About two years ago, I wrote a post here describing a simple and cheap method of coding text documents such as interviews. (I’d encourage you to go and read it first before you continue. I won’t repeat the original argument here.) To my surprise, it has been one of the most-read posts, resonating with researchers who have small budgets and simple needs. In addition, the approach has also found some resonance with method instructors who want to encourage their social science students to dabble in a bit of code.
However, there were some problems with the technical approach. I could never get it to work on the Mac despite my (and my nerdy friends’) best efforts. It seems that Microsoft’s implementation of VBA for Microsoft Office doesn’t quite work on the Mac, and there appears to be no movement towards fixing it. The other ongoing challenge was that on Windows — where it does work — VBA for Microsoft Office is occasionally updated, often without any documentation about what exactly has changed. While this doesn’t seem unreasonable from Microsoft’s perspective (after all, this is a small part of a much bigger thing), it makes maintaining the original comment extraction script quite difficult. And it makes it nearly completely impossible to “support” anyone asking for help.
Late last year, I decided to ask my talented friend Geva for some assistance. First, we tried to solve the ongoing Mac incompatibility issue in VBA itself, but it soon became apparent that a much better approach could be found by using Python, a commonly available, free programming language that works on most major computing platforms and that is often used for “data science” projects.
Here, then, are the instructions for the new, improved and updated version of the comment extractor script.

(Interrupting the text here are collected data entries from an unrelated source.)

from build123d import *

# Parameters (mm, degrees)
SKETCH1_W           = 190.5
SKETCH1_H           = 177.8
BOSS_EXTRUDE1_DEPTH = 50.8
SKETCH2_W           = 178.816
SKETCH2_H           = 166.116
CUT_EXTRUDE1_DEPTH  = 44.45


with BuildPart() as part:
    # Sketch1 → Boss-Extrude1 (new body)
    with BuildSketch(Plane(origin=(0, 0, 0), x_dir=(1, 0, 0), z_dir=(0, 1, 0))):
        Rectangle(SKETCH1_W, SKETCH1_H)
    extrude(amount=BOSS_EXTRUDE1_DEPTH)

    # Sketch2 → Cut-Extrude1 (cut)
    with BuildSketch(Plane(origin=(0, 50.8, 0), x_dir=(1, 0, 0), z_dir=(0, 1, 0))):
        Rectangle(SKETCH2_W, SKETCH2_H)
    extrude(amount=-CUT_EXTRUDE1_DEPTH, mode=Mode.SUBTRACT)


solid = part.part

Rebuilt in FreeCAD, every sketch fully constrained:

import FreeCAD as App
import Part
import Sketcher
from FreeCAD import Vector
Q = App.Units.Quantity

doc = App.newDocument("Part")
body = doc.addObject("PartDesign::Body", "Body")

# Sketch on XZ plane
sketch1 = body.newObject("Sketcher::SketchObject", "Sketch")
sketch1.AttachmentSupport = (doc.getObject("XZ_Plane"), [""])
sketch1.MapMode = "FlatFace"
sketch1.addGeometry([
    Part.LineSegment(Vector(-95, -89, 0), Vector(-95, 89, 0)),
    Part.LineSegment(Vector(-95, 89, 0), Vector(95, 89, 0)),
    Part.LineSegment(Vector(95, 89, 0), Vector(95, -89, 0)),
    Part.LineSegment(Vector(95, -89, 0), Vector(-95, -89, 0)),
], False)
sketch1.addConstraint([
    Sketcher.Constraint("Coincident", 0, 2, 1, 1),
    Sketcher.Constraint("Coincident", 1, 2, 2, 1),
    Sketcher.Constraint("Coincident", 2, 2, 3, 1),
    Sketcher.Constraint("Coincident", 3, 2, 0, 1),
    Sketcher.Constraint("Vertical", 0),
    Sketcher.Constraint("Horizontal", 1),
    Sketcher.Constraint("Vertical", 2),
    Sketcher.Constraint("Horizontal", 3),
    Sketcher.Constraint("Symmetric", 0, 2, 2, 2, -1, 1),
    Sketcher.Constraint("DistanceY", 0, 1, 0, 2, Q("7 in")),
    Sketcher.Constraint("DistanceX", 1, 1, 1, 2, Q("7.5 in")),
])
pad1 = body.newObject("PartDesign::Pad", "Pad")
pad1.Profile = sketch1
pad1.Length = Q("2 in")
pad1.Reversed = True

# Sketch on XZ plane
sketch2 = body.newObject("Sketcher::SketchObject", "Sketch001")
sketch2.AttachmentSupport = (doc.getObject("XZ_Plane"), [""])
sketch2.MapMode = "FlatFace"
sketch2.AttachmentOffset = App.Placement(Vector(0, 0, -2 * 25.4), App.Rotation())
sketch2.addGeometry([
    Part.LineSegment(Vector(-89, -83, 0), Vector(-89, 83, 0)),
    Part.LineSegment(Vector(-89, 83, 0), Vector(89, 83, 0)),
    Part.LineSegment(Vector(89, 83, 0), Vector(89, -83, 0)),
    Part.LineSegment(Vector(89, -83, 0), Vector(-89, -83, 0)),
], False)
sketch2.addConstraint([
    Sketcher.Constraint("Coincident", 0, 2, 1, 1),
    Sketcher.Constraint("Coincident", 1, 2, 2, 1),
    Sketcher.Constraint("Coincident", 2, 2, 3, 1),
    Sketcher.Constraint("Coincident", 3, 2, 0, 1),
    Sketcher.Constraint("Vertical", 0),
    Sketcher.Constraint("Horizontal", 1),
    Sketcher.Constraint("Vertical", 2),
    Sketcher.Constraint("Horizontal", 3),
    Sketcher.Constraint("Symmetric", 0, 2, 2, 2, -1, 1),
    Sketcher.Constraint("DistanceX", 1, 1, 1, 2, Q("7.04 in")),
    Sketcher.Constraint("DistanceY", 0, 1, 0, 2, Q("6.54 in")),
])
pocket1 = body.newObject("PartDesign::Pocket", "Pocket")
pocket1.Profile = sketch2
pocket1.Length = Q("1.75 in")
pocket1.Reversed = True

doc.recompute()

This time, you’ll need to install something on your computer — but at least the script now works the exact same way whether you’re using Windows, a Mac, or even Linux (we’ll leave it up to your imagination as to why you’re using Linux to extract comments from Microsoft Word documents, but hey… it could happen).
Overview
Ingredients:
- Microsoft Word for Windows
- Microsoft Excel for Windows
- Spyder, which comes as part of Anaconda, a free Python interpreter (see installation instructions below)

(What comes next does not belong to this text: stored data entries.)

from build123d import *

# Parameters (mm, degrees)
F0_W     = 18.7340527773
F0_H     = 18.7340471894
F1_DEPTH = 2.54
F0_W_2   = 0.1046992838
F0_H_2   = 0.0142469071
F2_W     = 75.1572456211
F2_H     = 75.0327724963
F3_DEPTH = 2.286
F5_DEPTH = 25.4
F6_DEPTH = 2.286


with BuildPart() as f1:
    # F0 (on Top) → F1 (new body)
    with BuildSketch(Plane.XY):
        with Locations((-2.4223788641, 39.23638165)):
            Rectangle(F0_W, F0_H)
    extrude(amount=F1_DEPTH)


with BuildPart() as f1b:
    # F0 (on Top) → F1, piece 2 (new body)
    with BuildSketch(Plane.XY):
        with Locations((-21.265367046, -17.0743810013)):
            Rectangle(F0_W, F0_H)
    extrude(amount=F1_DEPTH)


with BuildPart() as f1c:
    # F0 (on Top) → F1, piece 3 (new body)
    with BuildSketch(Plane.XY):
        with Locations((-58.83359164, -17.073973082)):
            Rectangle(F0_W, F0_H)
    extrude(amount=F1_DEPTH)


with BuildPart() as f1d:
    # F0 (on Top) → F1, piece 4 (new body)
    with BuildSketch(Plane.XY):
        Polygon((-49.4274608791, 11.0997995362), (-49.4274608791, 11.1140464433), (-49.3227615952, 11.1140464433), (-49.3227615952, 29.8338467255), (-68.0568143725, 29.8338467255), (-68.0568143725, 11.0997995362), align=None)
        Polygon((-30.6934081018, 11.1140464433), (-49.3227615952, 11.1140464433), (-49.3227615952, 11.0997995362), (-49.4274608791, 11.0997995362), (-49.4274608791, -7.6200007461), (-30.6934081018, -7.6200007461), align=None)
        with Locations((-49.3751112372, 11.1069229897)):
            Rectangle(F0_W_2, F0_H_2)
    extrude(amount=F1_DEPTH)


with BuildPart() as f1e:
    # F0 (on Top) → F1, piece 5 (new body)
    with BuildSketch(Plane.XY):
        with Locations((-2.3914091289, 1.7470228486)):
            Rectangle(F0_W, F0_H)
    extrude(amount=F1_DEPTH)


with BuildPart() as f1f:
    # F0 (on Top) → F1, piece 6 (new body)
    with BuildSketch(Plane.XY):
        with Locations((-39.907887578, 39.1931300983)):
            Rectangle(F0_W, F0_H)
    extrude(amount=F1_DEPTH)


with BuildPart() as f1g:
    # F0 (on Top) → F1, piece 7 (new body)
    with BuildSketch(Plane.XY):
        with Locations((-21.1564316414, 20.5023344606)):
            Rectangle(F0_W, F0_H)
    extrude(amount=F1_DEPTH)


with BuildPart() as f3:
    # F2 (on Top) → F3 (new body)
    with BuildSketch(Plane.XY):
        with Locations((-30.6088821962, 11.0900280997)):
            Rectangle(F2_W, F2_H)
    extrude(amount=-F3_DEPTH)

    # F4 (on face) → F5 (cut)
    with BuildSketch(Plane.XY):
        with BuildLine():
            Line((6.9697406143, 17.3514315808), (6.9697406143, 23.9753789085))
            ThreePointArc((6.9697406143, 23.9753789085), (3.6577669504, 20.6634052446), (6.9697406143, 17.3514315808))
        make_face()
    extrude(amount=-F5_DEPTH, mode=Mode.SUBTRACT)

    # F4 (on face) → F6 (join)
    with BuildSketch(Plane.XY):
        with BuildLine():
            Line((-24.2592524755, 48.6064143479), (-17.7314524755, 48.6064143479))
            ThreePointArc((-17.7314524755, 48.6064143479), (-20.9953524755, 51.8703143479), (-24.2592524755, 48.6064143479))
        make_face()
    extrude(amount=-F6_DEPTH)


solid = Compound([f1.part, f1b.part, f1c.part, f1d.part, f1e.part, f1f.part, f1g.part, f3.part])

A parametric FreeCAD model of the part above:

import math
import FreeCAD as App
import Part
import Sketcher

V = App.Vector
Q = App.Units.Quantity


def add_polygon(sketch, points):
    """Adds a closed chain of lines whose ends are joined by coincident constraints."""
    first, n = sketch.GeometryCount, len(points)
    for a, b in zip(points, points[1:] + points[:1]):
        sketch.addGeometry(Part.LineSegment(App.Vector(*a, 0), App.Vector(*b, 0)), False)
    for i in range(n):
        sketch.addConstraint(Sketcher.Constraint("Coincident", first + i, 2, first + (i + 1) % n, 1))

doc = App.newDocument("Part")
body = doc.addObject("PartDesign::Body", "Body")

sketch1 = doc.addObject("Sketcher::SketchObject", "Sketch")
body.addObject(sketch1)
sketch1.AttachmentSupport = (doc.XY_Plane, [""])
sketch1.MapMode = "FlatFace"
add_polygon(sketch1, [(-12, 49), (-12, 30), (7, 30), (7, 49)])
sketch1.addConstraint([
    Sketcher.Constraint("Vertical", 0),
    Sketcher.Constraint("Horizontal", 1),
    Sketcher.Constraint("Vertical", 2),
    Sketcher.Constraint("Horizontal", 3),
    Sketcher.Constraint("DistanceX", 1, 1, 1, 2, 18.734053),
    Sketcher.Constraint("DistanceY", 0, 2, 0, 1, 18.734047),
    Sketcher.Constraint("DistanceY", -1, 1, 0, 2, 29.869358),
    Sketcher.Constraint("DistanceX", 0, 2, -1, 1, 11.789405),
])
pad1 = doc.addObject("PartDesign::Pad", "Pad")
body.addObject(pad1)
pad1.Profile = sketch1
pad1.Length = Q("0.1 in")
body2 = doc.addObject("PartDesign::Body", "Body001")

sketch2 = doc.addObject("Sketcher::SketchObject", "Sketch001")
body2.addObject(sketch2)
sketch2.AttachmentSupport = (doc.getObject("XY_Plane001"), [""])
sketch2.MapMode = "FlatFace"
add_polygon(sketch2, [(-31, -8), (-31, -26), (-12, -26), (-12, -8)])
sketch2.addConstraint([
    Sketcher.Constraint("Vertical", 0),
    Sketcher.Constraint("Horizontal", 1),
    Sketcher.Constraint("Vertical", 2),
    Sketcher.Constraint("Horizontal", 3),
    Sketcher.Constraint("DistanceY", 0, 2, -1, 1, Q("1.0410002 in")),
    Sketcher.Constraint("DistanceX", 1, 1, 1, 2, 18.734053),
    Sketcher.Constraint("DistanceY", 0, 2, 0, 1, 18.734047),
    Sketcher.Constraint("DistanceX", 1, 2, -1, 1, 11.898341),
])
pad2 = doc.addObject("PartDesign::Pad", "Pad001")
body2.addObject(pad2)
pad2.Profile = sketch2
pad2.Length = Q("0.1 in")
body3 = doc.addObject("PartDesign::Body", "Body002")

sketch3 = doc.addObject("Sketcher::SketchObject", "Sketch002")
body3.addObject(sketch3)
sketch3.AttachmentSupport = (doc.getObject("XY_Plane002"), [""])
sketch3.MapMode = "FlatFace"
add_polygon(sketch3, [(-68, -8), (-68, -26), (-49, -26), (-49, -8)])
sketch3.addConstraint([
    Sketcher.Constraint("Vertical", 0),
    Sketcher.Constraint("Horizontal", 1),
    Sketcher.Constraint("Vertical", 2),
    Sketcher.Constraint("Horizontal", 3),
    Sketcher.Constraint("DistanceX", 1, 1, 1, 2, 18.734053),
    Sketcher.Constraint("DistanceY", 0, 2, 0, 1, 18.734047),
    Sketcher.Constraint("DistanceX", 0, 2, -1, 1, 68.200618),
    Sketcher.Constraint("DistanceY", 2, 2, -1, 1, 7.706949),
])
pad3 = doc.addObject("PartDesign::Pad", "Pad002")
body3.addObject(pad3)
pad3.Profile = sketch3
pad3.Length = Q("0.1 in")
body4 = doc.addObject("PartDesign::Body", "Body003")

sketch4 = doc.addObject("Sketcher::SketchObject", "Sketch003")
body4.addObject(sketch4)
sketch4.AttachmentSupport = (doc.getObject("XY_Plane003"), [""])
sketch4.MapMode = "FlatFace"
add_polygon(sketch4, [(-49, 11), (-49, 30), (-68, 30), (-68, 11), (-49, 11), (-49, -8), (-31, -8), (-31, 11)])
sketch4.addConstraint([
    Sketcher.Constraint("Vertical", 0),
    Sketcher.Constraint("Horizontal", 1),
    Sketcher.Constraint("Vertical", 2),
    Sketcher.Constraint("Horizontal", 3),
    Sketcher.Constraint("Vertical", 4),
    Sketcher.Constraint("Horizontal", 5),
    Sketcher.Constraint("Vertical", 6),
    Sketcher.Constraint("Horizontal", 7),
    Sketcher.Constraint("Equal", 1, 5),
    Sketcher.Constraint("Equal", 0, 4),
    Sketcher.Constraint("DistanceY", 4, 2, -1, 1, Q("0.3 in")),
    Sketcher.Constraint("DistanceY", 0, 1, 0, 2, Q("0.737 in")),
    Sketcher.Constraint("DistanceX", 3, 2, 0, 2, 0.104699),
    Sketcher.Constraint("DistanceX", 1, 2, 1, 1, 18.734053),
    Sketcher.Constraint("DistanceY", 2, 2, 2, 1, 18.734047),
    Sketcher.Constraint("DistanceX", 0, 2, -1, 1, 49.322762),
])
pad4 = doc.addObject("PartDesign::Pad", "Pad003")
body4.addObject(pad4)
pad4.Profile = sketch4
pad4.Length = Q("0.1 in")
body5 = doc.addObject("PartDesign::Body", "Body004")

sketch5 = doc.addObject("Sketcher::SketchObject", "Sketch004")
body5.addObject(sketch5)
sketch5.AttachmentSupport = (doc.getObject("XY_Plane004"), [""])
sketch5.MapMode = "FlatFace"
add_polygon(sketch5, [(-12, 11), (-12, -8), (7, -8), (7, 11)])
sketch5.addConstraint([
    Sketcher.Constraint("Vertical", 0),
    Sketcher.Constraint("Horizontal", 1),
    Sketcher.Constraint("Vertical", 2),
    Sketcher.Constraint("Horizontal", 3),
    Sketcher.Constraint("DistanceY", 0, 2, -1, 1, Q("0.3 in")),
    Sketcher.Constraint("DistanceX", 1, 1, 1, 2, 18.734053),
    Sketcher.Constraint("DistanceY", 0, 2, 0, 1, 18.734047),
    Sketcher.Constraint("DistanceX", 0, 2, -1, 1, 11.758436),
])
pad5 = doc.addObject("PartDesign::Pad", "Pad004")
body5.addObject(pad5)
pad5.Profile = sketch5
pad5.Length = Q("0.1 in")
body6 = doc.addObject("PartDesign::Body", "Body005")

sketch6 = doc.addObject("Sketcher::SketchObject", "Sketch005")
body6.addObject(sketch6)
sketch6.AttachmentSupport = (doc.getObject("XY_Plane005"), [""])
sketch6.MapMode = "FlatFace"
add_polygon(sketch6, [(-49, 49), (-49, 30), (-31, 30), (-31, 49)])
sketch6.addConstraint([
    Sketcher.Constraint("Vertical", 0),
    Sketcher.Constraint("Horizontal", 1),
    Sketcher.Constraint("Vertical", 2),
    Sketcher.Constraint("Horizontal", 3),
    Sketcher.Constraint("DistanceX", 1, 1, 1, 2, 18.734053),
    Sketcher.Constraint("DistanceY", 0, 2, 0, 1, 18.734047),
    Sketcher.Constraint("DistanceX", 1, 2, -1, 1, 30.540861),
    Sketcher.Constraint("DistanceY", -1, 1, 0, 2, 29.826107),
])
pad6 = doc.addObject("PartDesign::Pad", "Pad005")
body6.addObject(pad6)
pad6.Profile = sketch6
pad6.Length = Q("0.1 in")
body7 = doc.addObject("PartDesign::Body", "Body006")

sketch7 = doc.addObject("Sketcher::SketchObject", "Sketch006")
body7.addObject(sketch7)
sketch7.AttachmentSupport = (doc.getObject("XY_Plane006"), [""])
sketch7.MapMode = "FlatFace"
add_polygon(sketch7, [(-31, 30), (-31, 11), (-12, 11), (-12, 30)])
sketch7.addConstraint([
    Sketcher.Constraint("Vertical", 0),
    Sketcher.Constraint("Horizontal", 1),
    Sketcher.Constraint("Vertical", 2),
    Sketcher.Constraint("Horizontal", 3),
    Sketcher.Constraint("DistanceX", 1, 1, 1, 2, 18.734053),
    Sketcher.Constraint("DistanceY", 0, 2, 0, 1, 18.734047),
    Sketcher.Constraint("DistanceX", 0, 2, -1, 1, 30.523458),
    Sketcher.Constraint("DistanceY", -1, 1, 0, 2, 11.135311),
])
pad7 = doc.addObject("PartDesign::Pad", "Pad006")
body7.addObject(pad7)
pad7.Profile = sketch7
pad7.Length = Q("0.1 in")
body8 = doc.addObject("PartDesign::Body", "Body007")

sketch8 = doc.addObject("Sketcher::SketchObject", "Sketch007")
body8.addObject(sketch8)
sketch8.AttachmentSupport = (doc.getObject("XY_Plane007"), [""])
sketch8.MapMode = "FlatFace"
add_polygon(sketch8, [(-68, 49), (-68, -26), (7, -26), (7, 49)])
sketch8.addConstraint([
    Sketcher.Constraint("Vertical", 0),
    Sketcher.Constraint("Horizontal", 1),
    Sketcher.Constraint("Vertical", 2),
    Sketcher.Constraint("Horizontal", 3),
    Sketcher.Constraint("DistanceX", 1, 1, 1, 2, 75.157246),
    Sketcher.Constraint("DistanceY", 0, 2, 0, 1, 75.032772),
    Sketcher.Constraint("DistanceY", 0, 2, -1, 1, 26.426358),
    Sketcher.Constraint("DistanceX", -1, 1, 1, 2, 6.969741),
])
pad8 = doc.addObject("PartDesign::Pad", "Pad007")
body8.addObject(pad8)
pad8.Profile = sketch8
pad8.Length = Q("0.09 in")
pad8.Reversed = True

sketch9 = doc.addObject("Sketcher::SketchObject", "Sketch008")
body8.addObject(sketch9)
sketch9.AttachmentSupport = (doc.getObject("XY_Plane007"), [""])
sketch9.MapMode = "FlatFace"
sketch9.addGeometry([
    Part.LineSegment(V(7, 17.4, 0), V(7, 24, 0)),
    Part.ArcOfCircle(Part.Circle(V(7, 20.7, 0), V(0, 0, 1), 3.3), math.radians(90), math.radians(270)),
], False)
sketch9.addConstraint([
    Sketcher.Constraint("Coincident", 0, 1, 1, 2),
    Sketcher.Constraint("Coincident", 1, 1, 0, 2),
    Sketcher.Constraint("Vertical", 0),
    Sketcher.Constraint("Vertical", 1, 3, 0, 1),
    Sketcher.Constraint("Radius", 1, 3.311974),
    Sketcher.Constraint("DistanceX", -1, 1, 1, 3, 6.969741),
    Sketcher.Constraint("DistanceY", -1, 1, 0, 1, 17.351432),
])
pocket1 = doc.addObject("PartDesign::Pocket", "Pocket")
body8.addObject(pocket1)
pocket1.Profile = sketch9
pocket1.Length = Q("1 in")

sketch10 = doc.addObject("Sketcher::SketchObject", "Sketch009")
body8.addObject(sketch10)
sketch10.AttachmentSupport = (doc.getObject("XY_Plane007"), [""])
sketch10.MapMode = "FlatFace"
sketch10.addGeometry([
    Part.LineSegment(V(-24.3, 48.6, 0), V(-17.7, 48.6, 0)),
    Part.ArcOfCircle(Part.Circle(V(-21, 48.6, 0), V(0, 0, 1), 3.3), math.radians(0), math.radians(180)),
], False)
sketch10.addConstraint([
    Sketcher.Constraint("Coincident", 0, 1, 1, 2),
    Sketcher.Constraint("Coincident", 1, 1, 0, 2),
    Sketcher.Constraint("Horizontal", 0),
    Sketcher.Constraint("Horizontal", 1, 3, 0, 1),
    Sketcher.Constraint("Radius", 1, Q("0.1285 in")),
    Sketcher.Constraint("DistanceX", 1, 3, -1, 1, 20.995352),
    Sketcher.Constraint("DistanceY", -1, 1, 1, 3, 48.606414),
])
pad9 = doc.addObject("PartDesign::Pad", "Pad008")
body8.addObject(pad9)
pad9.Profile = sketch10
pad9.Length = Q("0.09 in")
pad9.Reversed = True

doc.recompute()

- One or more Word documents, “coded” using Word comments (see below)
The basic procedure is as follows:
- Prepare one or more “coded” Word documents using Word comments.

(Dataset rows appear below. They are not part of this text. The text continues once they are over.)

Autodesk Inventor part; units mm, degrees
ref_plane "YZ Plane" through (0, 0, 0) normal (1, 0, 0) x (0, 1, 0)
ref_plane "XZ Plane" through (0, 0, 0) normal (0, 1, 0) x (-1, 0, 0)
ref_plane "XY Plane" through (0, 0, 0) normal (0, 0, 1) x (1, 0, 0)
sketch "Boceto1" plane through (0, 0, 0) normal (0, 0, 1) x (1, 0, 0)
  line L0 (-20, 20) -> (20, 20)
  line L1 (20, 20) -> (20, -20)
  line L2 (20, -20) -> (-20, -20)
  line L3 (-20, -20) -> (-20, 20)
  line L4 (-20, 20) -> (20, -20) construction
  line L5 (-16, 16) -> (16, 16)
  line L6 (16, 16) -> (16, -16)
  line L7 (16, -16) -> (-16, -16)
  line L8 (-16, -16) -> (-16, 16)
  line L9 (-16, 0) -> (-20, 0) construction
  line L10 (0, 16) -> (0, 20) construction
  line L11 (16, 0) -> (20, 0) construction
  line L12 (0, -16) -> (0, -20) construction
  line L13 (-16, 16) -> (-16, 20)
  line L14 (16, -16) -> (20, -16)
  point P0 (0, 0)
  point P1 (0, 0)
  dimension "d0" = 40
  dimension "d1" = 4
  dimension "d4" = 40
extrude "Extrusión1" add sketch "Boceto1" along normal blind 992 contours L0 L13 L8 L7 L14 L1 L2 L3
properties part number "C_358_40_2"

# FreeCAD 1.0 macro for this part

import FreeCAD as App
import Part
import Sketcher
Q = App.Units.Quantity

doc = App.newDocument("Part")
body = doc.addObject("PartDesign::Body", "Body")

# Sketch on XY plane
sketch1 = body.newObject("Sketcher::SketchObject", "Sketch")
sketch1.AttachmentSupport = (doc.getObject("XY_Plane"), [""])
sketch1.MapMode = "FlatFace"
sketch1.addGeometry([
    Part.LineSegment(App.Vector(-16, 20, 0), App.Vector(-20, 20, 0)),  # 0
    Part.LineSegment(App.Vector(-20, 20, 0), App.Vector(-20, -20, 0)),  # 1
    Part.LineSegment(App.Vector(-20, -20, 0), App.Vector(20, -20, 0)),  # 2
    Part.LineSegment(App.Vector(20, -20, 0), App.Vector(20, -16, 0)),  # 3
    Part.LineSegment(App.Vector(20, -16, 0), App.Vector(-16, -16, 0)),  # 4
    Part.LineSegment(App.Vector(-16, -16, 0), App.Vector(-16, 20, 0)),  # 5
], False)
sketch1.addConstraint([
    Sketcher.Constraint("Coincident", 0, 2, 1, 1),
    Sketcher.Constraint("Coincident", 1, 2, 2, 1),
    Sketcher.Constraint("Coincident", 2, 2, 3, 1),
    Sketcher.Constraint("Coincident", 3, 2, 4, 1),
    Sketcher.Constraint("Coincident", 4, 2, 5, 1),
    Sketcher.Constraint("Coincident", 5, 2, 0, 1),
    Sketcher.Constraint("Horizontal", 0),
    Sketcher.Constraint("Vertical", 1),
    Sketcher.Constraint("Horizontal", 2),
    Sketcher.Constraint("Vertical", 3),
    Sketcher.Constraint("Horizontal", 4),
    Sketcher.Constraint("Vertical", 5),
    Sketcher.Constraint("Symmetric", 0, 2, 2, 2, -1, 1),
    Sketcher.Constraint("Equal", 2, 1),
    Sketcher.Constraint("Equal", 0, 3),
    Sketcher.Constraint("DistanceX", 0, 2, 0, 1, Q("4 mm")),
    Sketcher.Constraint("DistanceX", 2, 1, 2, 2, Q("40 mm")),
])
pad1 = body.newObject("PartDesign::Pad", "Pad")
pad1.Profile = sketch1
pad1.Length = 992

doc.recompute()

- In Spyder, add the Python script (see detailed instructions below) and run it.
- In the file open dialogue, pick one or more Word documents containing tags.
- After a moment, look for a new file called “output.csv” which will be in the same folder where the Word document is. This file will contain your codes and corresponding data extracts.
Detailed instructions
Installing Python (Anaconda)
First, we need to install the Python environment that we’ll use for this project. Once installed and configured, you can leave it on your computer for future use, so you’ll only need to do this once.
Go to the Anaconda website (https://anaconda.com) and click on “Download.” When given a choice, you’ll want to pick the “Python 3.7 version” (or later, if available):
Once you have downloaded the installer, run it. I will document the Windows version of this process here, but it works very similarly on the Mac (I’ll trust that as a Mac user, you know how to download and install software on your computer).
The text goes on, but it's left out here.